A recent visit to the Newseum in Washington, D.C. inspired this post, particularly a Holocaust video that leaves viewers with the question, “If the media had treated this news differently, could we have saved lives?” This video and an article at History News Network paint a clear picture of a placement problem (#12 above):
“The New York Times alone printed nearly 1,200 articles about what we have now come to call the Holocaust, about one every other day.
“The articles in the Times and elsewhere described the propagation of anti-Semitic laws in German allied countries; death from disease and starvation of hundreds of thousands in ghettos and labor camps; mass executions in Nazi-occupied Russia; and mass gassings in Auschwitz, Treblinka, and Majdanek. The articles also indicated that these were not isolated incidents, but part of a systematic campaign to kill all the Jews in Europe.
“And yet, at the end of the war and for decades afterward, Americans claimed they did not know about the Holocaust as it was happening. How was it possible for so much information to be available in the mass media and yet simultaneously for the public to be ignorant?
“The reason is that the American media…never treated the Holocaust as an important news story.”

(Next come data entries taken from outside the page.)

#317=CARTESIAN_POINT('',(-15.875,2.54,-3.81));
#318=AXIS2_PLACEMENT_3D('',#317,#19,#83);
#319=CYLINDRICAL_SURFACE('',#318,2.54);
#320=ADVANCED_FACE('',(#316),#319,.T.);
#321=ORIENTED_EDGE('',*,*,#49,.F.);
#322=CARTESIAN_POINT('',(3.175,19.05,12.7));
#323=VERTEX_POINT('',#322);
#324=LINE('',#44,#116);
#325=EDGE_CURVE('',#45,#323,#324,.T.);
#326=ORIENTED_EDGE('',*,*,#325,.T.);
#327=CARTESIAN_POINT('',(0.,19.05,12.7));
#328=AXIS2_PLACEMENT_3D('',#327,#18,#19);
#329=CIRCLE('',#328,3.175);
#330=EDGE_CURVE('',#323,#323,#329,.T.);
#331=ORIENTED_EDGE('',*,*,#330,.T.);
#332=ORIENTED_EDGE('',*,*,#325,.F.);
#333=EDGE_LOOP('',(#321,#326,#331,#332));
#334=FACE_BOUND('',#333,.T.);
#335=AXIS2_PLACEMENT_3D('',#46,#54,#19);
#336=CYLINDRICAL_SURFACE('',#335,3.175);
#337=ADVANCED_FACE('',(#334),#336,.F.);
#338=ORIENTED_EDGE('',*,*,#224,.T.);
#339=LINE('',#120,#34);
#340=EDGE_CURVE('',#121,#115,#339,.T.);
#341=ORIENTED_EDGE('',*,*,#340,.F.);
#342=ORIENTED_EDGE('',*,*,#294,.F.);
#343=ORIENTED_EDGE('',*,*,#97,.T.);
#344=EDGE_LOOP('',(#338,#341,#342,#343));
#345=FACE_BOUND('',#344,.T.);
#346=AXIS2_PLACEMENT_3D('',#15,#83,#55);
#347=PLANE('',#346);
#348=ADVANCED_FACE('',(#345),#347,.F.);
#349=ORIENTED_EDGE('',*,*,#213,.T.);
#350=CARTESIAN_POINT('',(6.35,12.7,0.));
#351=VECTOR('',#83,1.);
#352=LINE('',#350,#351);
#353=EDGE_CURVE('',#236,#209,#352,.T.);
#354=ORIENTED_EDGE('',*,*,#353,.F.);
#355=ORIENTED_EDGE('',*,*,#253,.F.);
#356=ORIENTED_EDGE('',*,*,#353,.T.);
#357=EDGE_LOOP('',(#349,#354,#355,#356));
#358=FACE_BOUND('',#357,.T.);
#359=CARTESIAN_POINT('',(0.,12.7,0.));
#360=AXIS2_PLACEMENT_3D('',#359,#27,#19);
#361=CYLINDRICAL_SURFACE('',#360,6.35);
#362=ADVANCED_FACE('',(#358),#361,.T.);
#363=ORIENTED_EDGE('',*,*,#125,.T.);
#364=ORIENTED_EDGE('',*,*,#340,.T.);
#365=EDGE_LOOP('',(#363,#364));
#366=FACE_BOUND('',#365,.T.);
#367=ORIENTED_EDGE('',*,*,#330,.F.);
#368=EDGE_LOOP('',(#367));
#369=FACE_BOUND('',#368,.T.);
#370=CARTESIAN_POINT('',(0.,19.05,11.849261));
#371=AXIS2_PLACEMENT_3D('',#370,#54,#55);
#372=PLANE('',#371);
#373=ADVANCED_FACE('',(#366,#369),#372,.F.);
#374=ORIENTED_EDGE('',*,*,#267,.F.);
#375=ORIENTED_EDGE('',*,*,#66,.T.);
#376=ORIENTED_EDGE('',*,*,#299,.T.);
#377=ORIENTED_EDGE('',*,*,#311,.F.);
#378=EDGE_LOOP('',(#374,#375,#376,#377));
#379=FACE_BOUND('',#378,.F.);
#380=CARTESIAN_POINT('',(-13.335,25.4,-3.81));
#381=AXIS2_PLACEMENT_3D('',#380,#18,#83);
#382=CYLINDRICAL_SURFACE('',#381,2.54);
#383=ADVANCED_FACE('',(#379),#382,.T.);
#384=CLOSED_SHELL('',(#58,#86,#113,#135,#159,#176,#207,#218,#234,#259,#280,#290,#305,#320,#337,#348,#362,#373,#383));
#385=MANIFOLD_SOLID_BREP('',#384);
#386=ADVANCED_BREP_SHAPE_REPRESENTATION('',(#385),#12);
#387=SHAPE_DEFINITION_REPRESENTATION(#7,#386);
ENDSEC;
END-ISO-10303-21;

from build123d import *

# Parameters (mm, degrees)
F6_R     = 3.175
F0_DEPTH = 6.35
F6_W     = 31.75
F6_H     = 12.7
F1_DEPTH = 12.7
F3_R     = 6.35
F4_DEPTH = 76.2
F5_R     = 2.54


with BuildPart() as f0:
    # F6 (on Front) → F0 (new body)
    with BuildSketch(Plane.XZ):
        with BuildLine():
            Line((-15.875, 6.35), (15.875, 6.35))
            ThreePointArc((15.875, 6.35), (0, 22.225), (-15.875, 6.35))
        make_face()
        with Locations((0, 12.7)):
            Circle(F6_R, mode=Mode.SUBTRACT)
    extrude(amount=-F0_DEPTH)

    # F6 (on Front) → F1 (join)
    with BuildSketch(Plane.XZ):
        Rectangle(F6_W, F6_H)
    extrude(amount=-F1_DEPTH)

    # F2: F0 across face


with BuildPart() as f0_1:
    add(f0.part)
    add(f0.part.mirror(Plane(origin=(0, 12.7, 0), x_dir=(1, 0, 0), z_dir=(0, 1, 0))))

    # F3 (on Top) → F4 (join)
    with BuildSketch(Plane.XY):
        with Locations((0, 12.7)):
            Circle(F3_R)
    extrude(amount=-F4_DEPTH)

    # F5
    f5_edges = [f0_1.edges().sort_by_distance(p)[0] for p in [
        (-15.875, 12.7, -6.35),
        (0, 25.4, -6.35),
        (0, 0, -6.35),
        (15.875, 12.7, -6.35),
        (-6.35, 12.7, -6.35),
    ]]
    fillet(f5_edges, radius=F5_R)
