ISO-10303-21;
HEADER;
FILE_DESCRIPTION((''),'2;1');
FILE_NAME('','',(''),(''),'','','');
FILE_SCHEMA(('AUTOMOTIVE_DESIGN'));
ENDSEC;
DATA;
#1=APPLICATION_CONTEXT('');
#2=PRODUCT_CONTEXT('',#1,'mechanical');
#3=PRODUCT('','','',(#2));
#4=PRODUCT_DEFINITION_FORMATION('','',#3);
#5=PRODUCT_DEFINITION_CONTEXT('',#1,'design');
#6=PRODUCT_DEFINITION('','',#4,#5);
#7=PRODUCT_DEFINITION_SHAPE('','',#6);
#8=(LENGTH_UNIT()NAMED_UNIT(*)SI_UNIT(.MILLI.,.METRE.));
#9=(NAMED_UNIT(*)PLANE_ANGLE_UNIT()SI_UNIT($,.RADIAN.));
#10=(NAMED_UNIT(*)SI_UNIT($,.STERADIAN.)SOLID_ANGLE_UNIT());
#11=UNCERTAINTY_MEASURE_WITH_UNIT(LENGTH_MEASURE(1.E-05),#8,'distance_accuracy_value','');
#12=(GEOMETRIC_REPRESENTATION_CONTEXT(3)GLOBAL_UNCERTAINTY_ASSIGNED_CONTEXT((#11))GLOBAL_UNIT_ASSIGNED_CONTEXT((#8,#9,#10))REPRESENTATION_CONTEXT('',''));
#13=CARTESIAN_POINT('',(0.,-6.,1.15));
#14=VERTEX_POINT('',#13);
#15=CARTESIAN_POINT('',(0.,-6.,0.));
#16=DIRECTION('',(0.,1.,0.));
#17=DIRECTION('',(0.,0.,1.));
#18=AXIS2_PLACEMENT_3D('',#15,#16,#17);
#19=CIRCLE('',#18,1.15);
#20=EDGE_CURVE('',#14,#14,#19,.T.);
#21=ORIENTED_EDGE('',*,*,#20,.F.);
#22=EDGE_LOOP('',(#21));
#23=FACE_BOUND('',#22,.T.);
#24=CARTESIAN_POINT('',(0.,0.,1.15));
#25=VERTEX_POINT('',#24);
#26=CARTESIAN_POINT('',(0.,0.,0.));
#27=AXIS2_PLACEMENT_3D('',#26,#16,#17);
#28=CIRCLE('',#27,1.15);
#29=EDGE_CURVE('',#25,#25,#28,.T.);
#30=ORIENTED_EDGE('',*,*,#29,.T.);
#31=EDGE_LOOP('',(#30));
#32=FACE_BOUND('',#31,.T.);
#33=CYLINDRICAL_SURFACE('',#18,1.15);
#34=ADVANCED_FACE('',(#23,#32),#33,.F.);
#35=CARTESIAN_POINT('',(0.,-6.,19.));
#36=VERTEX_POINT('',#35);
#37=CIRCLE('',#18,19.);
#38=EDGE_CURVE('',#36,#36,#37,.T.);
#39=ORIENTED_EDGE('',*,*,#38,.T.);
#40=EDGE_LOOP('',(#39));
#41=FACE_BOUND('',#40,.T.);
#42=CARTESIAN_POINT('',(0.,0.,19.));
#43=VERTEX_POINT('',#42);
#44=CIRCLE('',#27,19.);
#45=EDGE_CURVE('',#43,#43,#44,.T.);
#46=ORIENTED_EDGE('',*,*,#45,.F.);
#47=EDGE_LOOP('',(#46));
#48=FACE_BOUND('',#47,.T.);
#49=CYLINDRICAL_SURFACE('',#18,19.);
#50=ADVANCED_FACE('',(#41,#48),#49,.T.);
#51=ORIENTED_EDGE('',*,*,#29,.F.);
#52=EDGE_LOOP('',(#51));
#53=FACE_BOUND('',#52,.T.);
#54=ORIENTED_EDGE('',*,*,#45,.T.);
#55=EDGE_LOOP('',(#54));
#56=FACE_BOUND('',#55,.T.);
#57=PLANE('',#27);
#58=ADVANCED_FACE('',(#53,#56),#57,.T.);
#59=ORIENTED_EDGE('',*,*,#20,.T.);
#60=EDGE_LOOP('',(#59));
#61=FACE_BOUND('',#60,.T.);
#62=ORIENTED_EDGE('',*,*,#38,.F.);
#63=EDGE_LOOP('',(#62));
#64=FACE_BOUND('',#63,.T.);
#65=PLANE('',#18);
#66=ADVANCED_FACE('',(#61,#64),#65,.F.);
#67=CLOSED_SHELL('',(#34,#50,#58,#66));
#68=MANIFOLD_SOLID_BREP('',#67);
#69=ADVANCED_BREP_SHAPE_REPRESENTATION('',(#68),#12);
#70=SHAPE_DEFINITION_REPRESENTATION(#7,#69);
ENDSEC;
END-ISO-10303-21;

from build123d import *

# Parameters (mm, degrees)
SKETCH1_R           = 19
SKETCH1_R_2         = 1.15
BOSS_EXTRUDE1_DEPTH = 6


with BuildPart() as part:
    # Sketch1 → Boss-Extrude1 (new body)
    with BuildSketch(Plane(origin=(0, 0, 0), x_dir=(1, 0, 0), z_dir=(0, 1, 0))):
        with Locations(Location((0, 0, 0), (0, 0, 270))):
            Circle(SKETCH1_R)
        with Locations(Location((0, 0, 0), (0, 0, 270))):
            Circle(SKETCH1_R_2, mode=Mode.SUBTRACT)
    extrude(amount=-BOSS_EXTRUDE1_DEPTH)


solid = part.part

I encourage you to read this challenging article in full and think about the implications for communicators.
People are looking to you, as a leader, for communication that will build understanding and lead to good decisions. Are you upholding the trust your stakeholders have placed in you?

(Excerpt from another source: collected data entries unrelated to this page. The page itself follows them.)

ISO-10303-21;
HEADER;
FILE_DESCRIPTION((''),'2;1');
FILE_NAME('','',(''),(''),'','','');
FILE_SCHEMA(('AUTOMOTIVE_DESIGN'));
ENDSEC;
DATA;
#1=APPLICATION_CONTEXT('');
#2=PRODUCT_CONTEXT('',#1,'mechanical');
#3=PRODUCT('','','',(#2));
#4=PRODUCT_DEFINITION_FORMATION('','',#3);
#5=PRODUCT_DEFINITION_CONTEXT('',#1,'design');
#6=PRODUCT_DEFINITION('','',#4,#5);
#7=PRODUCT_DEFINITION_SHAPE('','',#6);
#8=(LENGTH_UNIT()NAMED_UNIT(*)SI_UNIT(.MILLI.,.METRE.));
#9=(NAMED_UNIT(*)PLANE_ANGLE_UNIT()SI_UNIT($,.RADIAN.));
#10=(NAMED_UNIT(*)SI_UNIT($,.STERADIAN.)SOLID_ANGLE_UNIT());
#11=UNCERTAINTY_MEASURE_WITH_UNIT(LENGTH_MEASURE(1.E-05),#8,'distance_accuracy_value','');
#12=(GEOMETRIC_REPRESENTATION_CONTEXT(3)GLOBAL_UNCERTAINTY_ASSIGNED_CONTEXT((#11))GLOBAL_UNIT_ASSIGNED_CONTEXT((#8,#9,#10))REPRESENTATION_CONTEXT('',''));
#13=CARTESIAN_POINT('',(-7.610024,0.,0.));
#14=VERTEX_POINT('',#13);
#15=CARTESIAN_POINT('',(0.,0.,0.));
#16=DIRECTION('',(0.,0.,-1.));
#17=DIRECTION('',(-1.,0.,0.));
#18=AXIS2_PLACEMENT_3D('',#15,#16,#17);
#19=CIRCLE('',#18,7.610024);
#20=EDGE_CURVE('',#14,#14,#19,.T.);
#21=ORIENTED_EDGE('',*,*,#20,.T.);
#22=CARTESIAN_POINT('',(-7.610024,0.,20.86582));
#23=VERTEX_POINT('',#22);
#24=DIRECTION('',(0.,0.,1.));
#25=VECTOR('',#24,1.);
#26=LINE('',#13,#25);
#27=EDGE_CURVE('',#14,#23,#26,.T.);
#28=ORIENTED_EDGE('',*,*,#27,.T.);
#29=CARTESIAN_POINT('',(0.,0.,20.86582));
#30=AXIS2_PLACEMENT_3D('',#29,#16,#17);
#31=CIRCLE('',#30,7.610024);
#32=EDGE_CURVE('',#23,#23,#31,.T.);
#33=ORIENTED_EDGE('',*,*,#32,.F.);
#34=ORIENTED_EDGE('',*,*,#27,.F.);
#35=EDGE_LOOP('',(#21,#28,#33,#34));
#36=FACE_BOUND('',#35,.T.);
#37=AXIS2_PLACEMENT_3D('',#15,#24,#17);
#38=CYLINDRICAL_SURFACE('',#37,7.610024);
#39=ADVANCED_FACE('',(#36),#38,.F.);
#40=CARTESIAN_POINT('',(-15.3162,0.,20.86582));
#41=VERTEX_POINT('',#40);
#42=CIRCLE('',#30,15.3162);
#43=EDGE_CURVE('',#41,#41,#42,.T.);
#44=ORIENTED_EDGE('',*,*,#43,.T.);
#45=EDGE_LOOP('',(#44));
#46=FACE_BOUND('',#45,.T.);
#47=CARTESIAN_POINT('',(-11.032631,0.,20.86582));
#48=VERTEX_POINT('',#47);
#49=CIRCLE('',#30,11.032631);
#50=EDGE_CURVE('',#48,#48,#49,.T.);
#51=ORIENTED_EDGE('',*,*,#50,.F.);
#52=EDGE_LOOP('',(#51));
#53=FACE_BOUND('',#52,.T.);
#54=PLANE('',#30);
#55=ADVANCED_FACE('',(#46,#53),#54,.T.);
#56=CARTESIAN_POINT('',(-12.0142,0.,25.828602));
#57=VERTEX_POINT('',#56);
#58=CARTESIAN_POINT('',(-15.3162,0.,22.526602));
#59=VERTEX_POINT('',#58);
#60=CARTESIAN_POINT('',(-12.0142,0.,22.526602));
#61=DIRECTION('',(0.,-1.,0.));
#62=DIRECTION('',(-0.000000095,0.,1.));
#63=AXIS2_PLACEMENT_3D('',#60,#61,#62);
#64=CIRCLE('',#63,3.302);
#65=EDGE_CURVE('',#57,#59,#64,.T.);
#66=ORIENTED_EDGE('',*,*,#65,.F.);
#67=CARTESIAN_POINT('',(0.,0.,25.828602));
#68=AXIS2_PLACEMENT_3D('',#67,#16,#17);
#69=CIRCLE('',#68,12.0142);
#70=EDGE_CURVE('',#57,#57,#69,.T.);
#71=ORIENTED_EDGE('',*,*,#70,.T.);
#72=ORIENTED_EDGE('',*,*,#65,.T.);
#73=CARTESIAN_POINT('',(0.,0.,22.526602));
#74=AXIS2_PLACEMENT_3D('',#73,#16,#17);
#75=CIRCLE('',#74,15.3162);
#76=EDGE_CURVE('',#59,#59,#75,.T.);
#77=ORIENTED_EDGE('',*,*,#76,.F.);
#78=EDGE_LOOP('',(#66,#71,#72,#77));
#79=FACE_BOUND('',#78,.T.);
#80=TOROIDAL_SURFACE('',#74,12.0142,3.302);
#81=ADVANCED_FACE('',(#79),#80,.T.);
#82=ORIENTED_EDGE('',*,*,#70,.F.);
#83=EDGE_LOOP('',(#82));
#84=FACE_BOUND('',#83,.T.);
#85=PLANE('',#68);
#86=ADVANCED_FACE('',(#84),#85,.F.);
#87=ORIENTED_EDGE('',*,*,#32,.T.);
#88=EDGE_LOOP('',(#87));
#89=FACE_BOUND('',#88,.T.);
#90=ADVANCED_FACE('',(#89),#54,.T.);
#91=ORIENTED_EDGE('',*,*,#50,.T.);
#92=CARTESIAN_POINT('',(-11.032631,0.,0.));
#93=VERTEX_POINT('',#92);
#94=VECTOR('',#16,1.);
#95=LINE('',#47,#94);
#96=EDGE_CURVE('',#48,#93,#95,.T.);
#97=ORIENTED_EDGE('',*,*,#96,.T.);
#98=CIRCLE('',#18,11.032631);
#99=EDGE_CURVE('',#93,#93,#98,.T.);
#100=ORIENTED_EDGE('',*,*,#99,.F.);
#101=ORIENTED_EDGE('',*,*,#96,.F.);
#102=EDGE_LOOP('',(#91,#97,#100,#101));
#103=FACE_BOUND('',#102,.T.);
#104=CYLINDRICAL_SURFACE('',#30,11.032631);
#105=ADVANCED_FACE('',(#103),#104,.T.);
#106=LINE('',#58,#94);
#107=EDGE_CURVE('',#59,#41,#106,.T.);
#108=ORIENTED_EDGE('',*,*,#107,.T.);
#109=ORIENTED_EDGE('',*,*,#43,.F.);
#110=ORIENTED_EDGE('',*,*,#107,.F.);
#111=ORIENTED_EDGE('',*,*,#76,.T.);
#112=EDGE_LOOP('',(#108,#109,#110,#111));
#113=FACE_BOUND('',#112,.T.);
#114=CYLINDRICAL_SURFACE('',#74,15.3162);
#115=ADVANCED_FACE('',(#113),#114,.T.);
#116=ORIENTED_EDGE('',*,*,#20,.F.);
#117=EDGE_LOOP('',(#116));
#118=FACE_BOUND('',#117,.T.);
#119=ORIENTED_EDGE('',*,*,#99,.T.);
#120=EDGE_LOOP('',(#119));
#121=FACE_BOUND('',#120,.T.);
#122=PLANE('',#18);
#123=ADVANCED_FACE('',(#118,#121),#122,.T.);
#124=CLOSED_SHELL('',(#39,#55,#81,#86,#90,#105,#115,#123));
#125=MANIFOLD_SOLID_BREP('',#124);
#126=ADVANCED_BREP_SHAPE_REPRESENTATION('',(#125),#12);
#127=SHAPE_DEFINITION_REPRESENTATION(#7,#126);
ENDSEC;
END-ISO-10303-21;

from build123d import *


with BuildPart() as f1:
    # F0 (on Front) → F1 (revolve)
    with BuildSketch(Plane.XZ):
        with BuildLine():
            Line((-11.032631, 20.86582), (-11.032631, 0))
            Line((-11.032631, 0), (-7.610024, 0))
            Line((-7.610024, 0), (-7.610024, 20.86582))
            Line((-7.610024, 20.86582), (0, 20.86582))
            Line((0, 20.86582), (0, 25.828602))
            Line((0, 25.828602), (-12.0142, 25.828602))
            ThreePointArc((-12.0142, 25.828602), (-14.349067, 24.861468), (-15.3162, 22.526602))
            Line((-15.3162, 22.526602), (-15.3162, 20.86582))
            Line((-15.3162, 20.86582), (-11.032631, 20.86582))
        make_face()
    revolve(axis=Axis((0, 0, 10.43291), (0, 0, -1)))


solid = f1.part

Leigh – What a powerful post!
I’m sharing and pondering.
Thank you!
Good article. So many factors to consider when trying to communicate. It is not just saying what you want to say, it is saying it in a way that allows your listeners to hear what you are trying to say.
Thank you.
I absolutely devoured this article. I could identify with every single point – including the summary about the Holocaust. I heard people (under the age of 30) question its validity and it just baffles me that anyone can justify making that statement. What? I’m not sure if you call is ignorance or arrogance but something has gotten in the path between knowledge and assumption.

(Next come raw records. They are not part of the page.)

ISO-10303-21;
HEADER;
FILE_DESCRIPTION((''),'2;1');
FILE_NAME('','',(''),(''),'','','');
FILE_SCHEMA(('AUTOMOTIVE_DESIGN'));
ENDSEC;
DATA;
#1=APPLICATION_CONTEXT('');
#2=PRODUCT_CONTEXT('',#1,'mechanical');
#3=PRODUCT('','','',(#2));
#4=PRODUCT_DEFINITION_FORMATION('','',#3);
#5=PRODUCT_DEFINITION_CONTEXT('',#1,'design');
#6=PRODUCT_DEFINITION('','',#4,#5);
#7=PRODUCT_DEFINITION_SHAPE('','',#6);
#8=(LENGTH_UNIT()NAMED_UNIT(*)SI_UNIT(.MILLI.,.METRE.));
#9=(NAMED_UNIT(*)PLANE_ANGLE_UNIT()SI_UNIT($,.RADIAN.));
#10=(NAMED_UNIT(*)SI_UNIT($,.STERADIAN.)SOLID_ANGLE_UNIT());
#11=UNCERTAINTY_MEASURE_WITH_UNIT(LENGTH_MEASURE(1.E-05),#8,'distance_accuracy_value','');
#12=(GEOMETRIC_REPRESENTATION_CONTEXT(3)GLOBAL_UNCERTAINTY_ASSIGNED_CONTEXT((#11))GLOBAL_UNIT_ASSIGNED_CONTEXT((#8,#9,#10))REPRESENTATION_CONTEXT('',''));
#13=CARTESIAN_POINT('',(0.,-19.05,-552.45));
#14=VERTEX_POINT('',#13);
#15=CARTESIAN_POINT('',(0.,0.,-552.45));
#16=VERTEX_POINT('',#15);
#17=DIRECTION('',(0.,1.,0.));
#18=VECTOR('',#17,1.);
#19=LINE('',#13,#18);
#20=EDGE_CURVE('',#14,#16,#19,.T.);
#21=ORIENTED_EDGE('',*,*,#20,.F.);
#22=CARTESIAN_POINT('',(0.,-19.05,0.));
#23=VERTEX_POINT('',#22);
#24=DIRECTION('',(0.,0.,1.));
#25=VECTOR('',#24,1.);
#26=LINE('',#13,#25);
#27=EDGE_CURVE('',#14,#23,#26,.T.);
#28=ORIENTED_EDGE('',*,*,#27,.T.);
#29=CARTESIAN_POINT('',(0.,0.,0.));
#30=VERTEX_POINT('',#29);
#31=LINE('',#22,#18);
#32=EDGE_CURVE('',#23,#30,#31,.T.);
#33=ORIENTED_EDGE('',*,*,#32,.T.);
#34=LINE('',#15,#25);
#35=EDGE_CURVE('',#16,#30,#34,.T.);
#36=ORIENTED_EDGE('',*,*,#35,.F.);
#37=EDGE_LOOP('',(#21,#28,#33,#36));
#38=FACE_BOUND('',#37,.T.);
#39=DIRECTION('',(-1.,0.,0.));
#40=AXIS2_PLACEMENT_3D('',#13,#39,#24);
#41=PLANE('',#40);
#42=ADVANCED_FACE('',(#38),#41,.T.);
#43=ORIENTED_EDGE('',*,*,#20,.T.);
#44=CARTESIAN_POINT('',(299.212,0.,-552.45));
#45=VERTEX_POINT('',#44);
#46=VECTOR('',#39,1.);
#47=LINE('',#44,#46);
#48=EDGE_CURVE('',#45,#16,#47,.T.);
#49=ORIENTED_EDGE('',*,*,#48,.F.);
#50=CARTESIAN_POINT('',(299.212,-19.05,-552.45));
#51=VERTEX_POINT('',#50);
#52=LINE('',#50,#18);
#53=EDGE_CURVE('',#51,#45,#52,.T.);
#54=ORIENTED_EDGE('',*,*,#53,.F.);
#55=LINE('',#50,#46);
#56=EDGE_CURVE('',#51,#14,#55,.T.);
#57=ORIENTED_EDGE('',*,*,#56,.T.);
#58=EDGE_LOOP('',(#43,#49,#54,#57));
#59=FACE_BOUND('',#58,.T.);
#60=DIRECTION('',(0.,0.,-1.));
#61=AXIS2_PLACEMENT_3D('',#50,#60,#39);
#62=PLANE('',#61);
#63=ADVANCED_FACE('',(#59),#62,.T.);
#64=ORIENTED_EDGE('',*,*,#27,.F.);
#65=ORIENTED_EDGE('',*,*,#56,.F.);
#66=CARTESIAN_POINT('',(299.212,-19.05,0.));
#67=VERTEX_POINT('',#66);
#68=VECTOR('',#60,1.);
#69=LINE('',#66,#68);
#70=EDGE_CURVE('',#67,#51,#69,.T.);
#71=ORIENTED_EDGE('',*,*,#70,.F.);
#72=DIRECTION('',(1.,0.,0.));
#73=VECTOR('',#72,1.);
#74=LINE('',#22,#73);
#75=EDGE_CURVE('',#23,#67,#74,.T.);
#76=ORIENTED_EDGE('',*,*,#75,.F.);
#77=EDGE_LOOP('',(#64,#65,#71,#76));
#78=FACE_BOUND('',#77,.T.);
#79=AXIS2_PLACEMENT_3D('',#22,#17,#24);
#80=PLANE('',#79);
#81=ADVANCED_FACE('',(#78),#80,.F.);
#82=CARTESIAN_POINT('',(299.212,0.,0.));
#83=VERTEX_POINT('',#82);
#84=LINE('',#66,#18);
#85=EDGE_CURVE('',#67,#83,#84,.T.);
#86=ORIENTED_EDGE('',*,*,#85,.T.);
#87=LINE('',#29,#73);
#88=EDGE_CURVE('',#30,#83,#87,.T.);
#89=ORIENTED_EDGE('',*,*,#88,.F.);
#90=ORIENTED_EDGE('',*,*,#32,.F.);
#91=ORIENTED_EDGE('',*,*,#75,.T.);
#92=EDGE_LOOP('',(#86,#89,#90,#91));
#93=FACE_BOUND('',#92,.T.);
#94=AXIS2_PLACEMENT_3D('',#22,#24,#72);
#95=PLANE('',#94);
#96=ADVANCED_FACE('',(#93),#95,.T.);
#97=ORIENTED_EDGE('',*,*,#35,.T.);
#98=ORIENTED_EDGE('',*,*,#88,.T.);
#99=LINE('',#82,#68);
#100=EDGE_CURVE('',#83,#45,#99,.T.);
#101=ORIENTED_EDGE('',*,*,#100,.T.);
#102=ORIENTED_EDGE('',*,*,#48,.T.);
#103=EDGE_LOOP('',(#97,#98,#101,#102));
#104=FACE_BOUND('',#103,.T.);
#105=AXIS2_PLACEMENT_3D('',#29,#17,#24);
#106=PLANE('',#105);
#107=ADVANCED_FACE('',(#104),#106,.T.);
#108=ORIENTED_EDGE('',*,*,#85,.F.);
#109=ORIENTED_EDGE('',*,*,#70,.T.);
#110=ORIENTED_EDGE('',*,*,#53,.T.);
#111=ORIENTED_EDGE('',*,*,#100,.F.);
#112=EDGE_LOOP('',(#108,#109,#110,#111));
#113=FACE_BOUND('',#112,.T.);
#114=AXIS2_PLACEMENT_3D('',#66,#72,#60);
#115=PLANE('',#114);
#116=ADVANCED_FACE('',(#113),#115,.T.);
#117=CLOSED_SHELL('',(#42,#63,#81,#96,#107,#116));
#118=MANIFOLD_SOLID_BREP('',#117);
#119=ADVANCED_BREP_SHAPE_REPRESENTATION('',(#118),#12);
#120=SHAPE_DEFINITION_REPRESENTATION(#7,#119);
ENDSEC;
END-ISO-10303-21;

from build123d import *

# Parameters (mm, degrees)
SKETCH1_W           = 299.212
SKETCH1_H           = 552.45
BOSS_EXTRUDE1_DEPTH = 19.05


with BuildPart() as part:
    # Sketch1 → Boss-Extrude1 (new body)
    with BuildSketch(Plane(origin=(0, 0, 0), x_dir=(1, 0, 0), z_dir=(0, 1, 0))):
        with Locations((149.606, 276.225)):
            Rectangle(SKETCH1_W, SKETCH1_H)
    extrude(amount=-BOSS_EXTRUDE1_DEPTH)


solid = part.part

But back to your list. This is sort of an enhancement to #7. I would love to add one more detriment to good communication. The ‘need to know’ philosophy hurts more than helps. We have different learning styles and making assumptions about the level of detail I need to grasp the subject might be on a different plane than someone else. If you’re explaining something and getting blank stares in return, that’s a pretty good indication that the level of information needed for complete understanding has not yet been reached.
Chery, Dan and Jane, thanks for taking the time to stop by and comment.
Jane, I love your proposed addition. Imagine a jigsaw puzzle with missing pieces. You may have a basic understanding of what the puzzle is supposed to look like, but it’s incomplete. That’s both unsatisfying and a potential business liability. A missing detail may be exactly the information needed to spark a “light bulb” moment—a new, richer understanding about how to solve a business challenge, for example.
Speakers and writers must make tough decisions about what to include and not include for the sake of time and space. If a communicator can’t incorporate all the available details, it’s important to say so and provide listeners with an avenue for getting more information—instead of unilaterally deciding that they don’t need more information.